不对啊,他为什么要这么听话?他是白童惜身边的一条狗吗?让干什么就干什么!
除了堂哥,以前要是有人敢这么差使他,一定会被他一脚碾进地心里去,不论男女!
扫过温麒那张不知何去何从的茫然脸,白童惜默道了一声“不可靠”。
她端的手都酸了,这个男人就不打算做点什么表示一下吗?
下一秒,温麒表示了:“为什么是我找座位?”
白童惜一扫周遭的用餐人群:“你自己看看周边的位置,坐的不是女的就是女的,你不去找,难道要我去找?”
“你的意思是,要我用美男计,劝她们腾一个位置出来?”温麒一脸的不开心,因为白童惜让他去干的事,恰恰是他最不喜欢的。

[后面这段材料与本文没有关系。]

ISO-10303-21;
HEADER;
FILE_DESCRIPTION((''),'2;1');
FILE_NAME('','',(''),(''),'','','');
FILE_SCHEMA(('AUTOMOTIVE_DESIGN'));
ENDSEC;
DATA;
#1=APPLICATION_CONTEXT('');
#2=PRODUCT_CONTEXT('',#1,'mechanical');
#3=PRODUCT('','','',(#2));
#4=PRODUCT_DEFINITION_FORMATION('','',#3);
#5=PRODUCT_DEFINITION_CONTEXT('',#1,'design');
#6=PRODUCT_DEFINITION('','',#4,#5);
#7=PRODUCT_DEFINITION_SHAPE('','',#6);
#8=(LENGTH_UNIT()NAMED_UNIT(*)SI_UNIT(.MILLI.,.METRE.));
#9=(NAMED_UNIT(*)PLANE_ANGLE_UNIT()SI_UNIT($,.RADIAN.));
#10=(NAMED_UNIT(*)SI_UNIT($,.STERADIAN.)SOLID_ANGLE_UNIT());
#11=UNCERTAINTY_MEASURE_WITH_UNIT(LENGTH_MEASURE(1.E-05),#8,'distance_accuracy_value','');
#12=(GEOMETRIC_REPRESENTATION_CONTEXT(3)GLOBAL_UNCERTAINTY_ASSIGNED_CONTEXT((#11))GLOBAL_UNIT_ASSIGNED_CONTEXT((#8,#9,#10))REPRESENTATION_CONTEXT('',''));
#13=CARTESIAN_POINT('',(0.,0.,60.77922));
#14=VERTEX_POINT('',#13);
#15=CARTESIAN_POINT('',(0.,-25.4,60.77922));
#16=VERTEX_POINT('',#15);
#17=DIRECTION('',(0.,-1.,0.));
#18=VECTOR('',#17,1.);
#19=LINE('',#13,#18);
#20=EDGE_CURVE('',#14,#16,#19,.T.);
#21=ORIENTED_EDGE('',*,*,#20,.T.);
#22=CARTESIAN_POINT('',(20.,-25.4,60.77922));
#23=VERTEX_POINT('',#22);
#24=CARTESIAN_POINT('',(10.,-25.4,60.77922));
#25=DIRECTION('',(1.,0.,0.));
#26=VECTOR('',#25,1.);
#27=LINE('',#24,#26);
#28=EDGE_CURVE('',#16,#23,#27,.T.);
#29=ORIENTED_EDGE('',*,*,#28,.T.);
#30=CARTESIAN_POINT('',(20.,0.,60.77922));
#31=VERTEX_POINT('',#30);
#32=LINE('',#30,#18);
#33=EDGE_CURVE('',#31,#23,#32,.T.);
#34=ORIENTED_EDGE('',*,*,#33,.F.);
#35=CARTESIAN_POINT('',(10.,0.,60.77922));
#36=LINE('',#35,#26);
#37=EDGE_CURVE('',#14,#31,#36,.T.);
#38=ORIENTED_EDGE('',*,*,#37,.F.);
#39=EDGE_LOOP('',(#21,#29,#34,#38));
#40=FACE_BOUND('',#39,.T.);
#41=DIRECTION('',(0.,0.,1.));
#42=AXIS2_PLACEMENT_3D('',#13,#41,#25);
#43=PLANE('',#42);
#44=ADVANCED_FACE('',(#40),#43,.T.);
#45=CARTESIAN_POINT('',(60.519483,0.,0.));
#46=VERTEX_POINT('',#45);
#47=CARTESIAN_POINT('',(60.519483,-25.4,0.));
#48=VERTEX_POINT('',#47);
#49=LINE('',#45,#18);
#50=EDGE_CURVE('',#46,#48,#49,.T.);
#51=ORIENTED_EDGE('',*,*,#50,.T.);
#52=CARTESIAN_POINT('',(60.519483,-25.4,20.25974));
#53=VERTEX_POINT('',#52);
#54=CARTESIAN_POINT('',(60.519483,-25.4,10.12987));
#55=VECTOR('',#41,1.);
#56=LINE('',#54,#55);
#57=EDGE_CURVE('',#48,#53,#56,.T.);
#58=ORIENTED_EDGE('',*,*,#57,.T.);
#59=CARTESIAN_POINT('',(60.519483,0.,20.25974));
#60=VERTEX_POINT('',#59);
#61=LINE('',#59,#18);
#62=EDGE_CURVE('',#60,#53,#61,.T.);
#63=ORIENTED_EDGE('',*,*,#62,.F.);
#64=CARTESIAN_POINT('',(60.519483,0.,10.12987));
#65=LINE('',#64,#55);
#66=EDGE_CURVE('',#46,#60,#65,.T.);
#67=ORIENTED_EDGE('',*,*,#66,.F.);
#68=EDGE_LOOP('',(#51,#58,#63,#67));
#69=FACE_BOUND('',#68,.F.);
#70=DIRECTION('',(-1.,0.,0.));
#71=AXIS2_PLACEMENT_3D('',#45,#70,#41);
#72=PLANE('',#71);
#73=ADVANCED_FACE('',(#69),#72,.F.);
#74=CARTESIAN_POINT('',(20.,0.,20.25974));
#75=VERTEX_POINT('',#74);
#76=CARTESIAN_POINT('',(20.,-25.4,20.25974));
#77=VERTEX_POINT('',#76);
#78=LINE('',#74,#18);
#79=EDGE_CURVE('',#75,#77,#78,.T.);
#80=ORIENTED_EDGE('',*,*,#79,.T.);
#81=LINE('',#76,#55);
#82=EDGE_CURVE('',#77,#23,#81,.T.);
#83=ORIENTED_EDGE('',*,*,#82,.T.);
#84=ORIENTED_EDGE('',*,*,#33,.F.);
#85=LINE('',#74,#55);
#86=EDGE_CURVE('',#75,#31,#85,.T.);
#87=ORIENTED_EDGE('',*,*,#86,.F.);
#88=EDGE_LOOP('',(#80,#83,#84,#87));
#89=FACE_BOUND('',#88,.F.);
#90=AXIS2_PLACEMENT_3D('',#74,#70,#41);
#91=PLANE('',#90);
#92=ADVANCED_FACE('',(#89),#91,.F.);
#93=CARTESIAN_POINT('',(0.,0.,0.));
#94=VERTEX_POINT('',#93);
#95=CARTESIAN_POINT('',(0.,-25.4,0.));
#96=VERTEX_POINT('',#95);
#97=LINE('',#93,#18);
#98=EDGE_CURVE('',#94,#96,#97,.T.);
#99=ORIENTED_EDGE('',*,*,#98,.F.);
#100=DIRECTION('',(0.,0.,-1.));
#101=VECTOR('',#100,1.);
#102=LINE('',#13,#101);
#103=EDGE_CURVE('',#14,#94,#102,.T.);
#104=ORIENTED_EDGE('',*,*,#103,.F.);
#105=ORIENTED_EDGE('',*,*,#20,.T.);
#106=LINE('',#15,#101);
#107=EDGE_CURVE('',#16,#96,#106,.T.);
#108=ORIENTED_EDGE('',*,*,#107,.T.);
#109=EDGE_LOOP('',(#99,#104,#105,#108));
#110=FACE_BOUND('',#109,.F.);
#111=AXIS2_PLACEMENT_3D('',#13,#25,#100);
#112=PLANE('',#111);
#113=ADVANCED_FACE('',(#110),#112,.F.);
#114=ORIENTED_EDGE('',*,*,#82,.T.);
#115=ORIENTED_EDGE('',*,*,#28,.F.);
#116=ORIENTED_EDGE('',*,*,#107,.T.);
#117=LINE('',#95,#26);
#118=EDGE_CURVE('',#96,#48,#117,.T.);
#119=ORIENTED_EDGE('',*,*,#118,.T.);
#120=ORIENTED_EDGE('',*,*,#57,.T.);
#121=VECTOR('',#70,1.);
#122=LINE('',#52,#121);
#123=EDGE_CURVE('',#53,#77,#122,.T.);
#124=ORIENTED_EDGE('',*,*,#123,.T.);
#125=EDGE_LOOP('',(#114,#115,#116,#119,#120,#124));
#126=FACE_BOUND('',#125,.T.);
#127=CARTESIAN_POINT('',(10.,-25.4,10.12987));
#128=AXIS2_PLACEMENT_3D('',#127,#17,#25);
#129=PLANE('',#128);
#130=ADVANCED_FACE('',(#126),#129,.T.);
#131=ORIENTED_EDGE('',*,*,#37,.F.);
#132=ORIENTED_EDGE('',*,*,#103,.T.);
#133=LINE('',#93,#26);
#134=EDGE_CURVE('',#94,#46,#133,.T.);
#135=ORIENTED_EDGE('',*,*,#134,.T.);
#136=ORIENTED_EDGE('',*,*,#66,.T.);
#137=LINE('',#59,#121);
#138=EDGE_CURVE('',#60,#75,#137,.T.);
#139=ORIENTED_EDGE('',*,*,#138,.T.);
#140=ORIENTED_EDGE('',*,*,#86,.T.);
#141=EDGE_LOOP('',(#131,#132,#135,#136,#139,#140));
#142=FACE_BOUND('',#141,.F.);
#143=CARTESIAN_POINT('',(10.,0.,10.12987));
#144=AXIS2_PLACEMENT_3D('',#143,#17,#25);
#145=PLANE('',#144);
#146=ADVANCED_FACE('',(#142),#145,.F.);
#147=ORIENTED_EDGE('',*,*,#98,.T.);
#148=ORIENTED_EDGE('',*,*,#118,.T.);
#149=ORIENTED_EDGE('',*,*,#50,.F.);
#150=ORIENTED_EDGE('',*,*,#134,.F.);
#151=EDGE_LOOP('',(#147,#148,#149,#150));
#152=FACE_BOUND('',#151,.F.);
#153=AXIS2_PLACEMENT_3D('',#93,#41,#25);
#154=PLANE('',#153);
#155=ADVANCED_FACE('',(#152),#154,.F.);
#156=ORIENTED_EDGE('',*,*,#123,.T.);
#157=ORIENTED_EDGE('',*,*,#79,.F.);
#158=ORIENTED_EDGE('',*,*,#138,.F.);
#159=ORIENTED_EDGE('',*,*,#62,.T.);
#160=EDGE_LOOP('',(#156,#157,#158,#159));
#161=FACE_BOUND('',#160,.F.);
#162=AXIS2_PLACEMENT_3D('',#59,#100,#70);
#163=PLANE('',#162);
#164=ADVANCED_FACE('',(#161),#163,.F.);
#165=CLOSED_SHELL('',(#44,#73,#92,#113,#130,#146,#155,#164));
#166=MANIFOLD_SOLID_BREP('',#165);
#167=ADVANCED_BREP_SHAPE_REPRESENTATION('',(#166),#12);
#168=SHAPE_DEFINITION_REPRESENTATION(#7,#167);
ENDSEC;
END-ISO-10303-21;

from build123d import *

# Parameters (mm, degrees)
F0_W     = 20
F0_H     = 20.25974
F0_W_2   = 20.519483
F1_DEPTH = 25.4


with BuildPart() as f1:
    # F0 (on Front) → F1 (new body)
    with BuildSketch(Plane.XZ):
        with Locations((10, 10.12987)):
            Rectangle(F0_W, F0_H)
        with Locations((10, 30.38961)):
            Rectangle(F0_W, F0_H)
        with Locations((30, 10.12987)):
            Rectangle(F0_W, F0_H)
        with Locations((10, 50.64935)):
            Rectangle(F0_W, F0_H)
        with Locations((50.259741, 10.12987)):
            Rectangle(F0_W_2, F0_H)
    extrude(amount=F1_DEPTH)


solid = f1.part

“不是一个座位,而是两个座位,除非你不想吃了。”白童惜纠正。
她可不会去管一个“厌女症”的人是何心情,她现在最想做的,就是饱餐一顿。
“白童惜,我劝你不要太嚣张,我可以随时把你扔在这!”她的话,燃起了温麒的愤慨,他就那么惹她嫌?
像是一早就看穿了温麒的为人般,白童惜点头道:“行啊,连我妈妈留给我的缅怀之物你都扔了,还有什么是你不敢扔的。”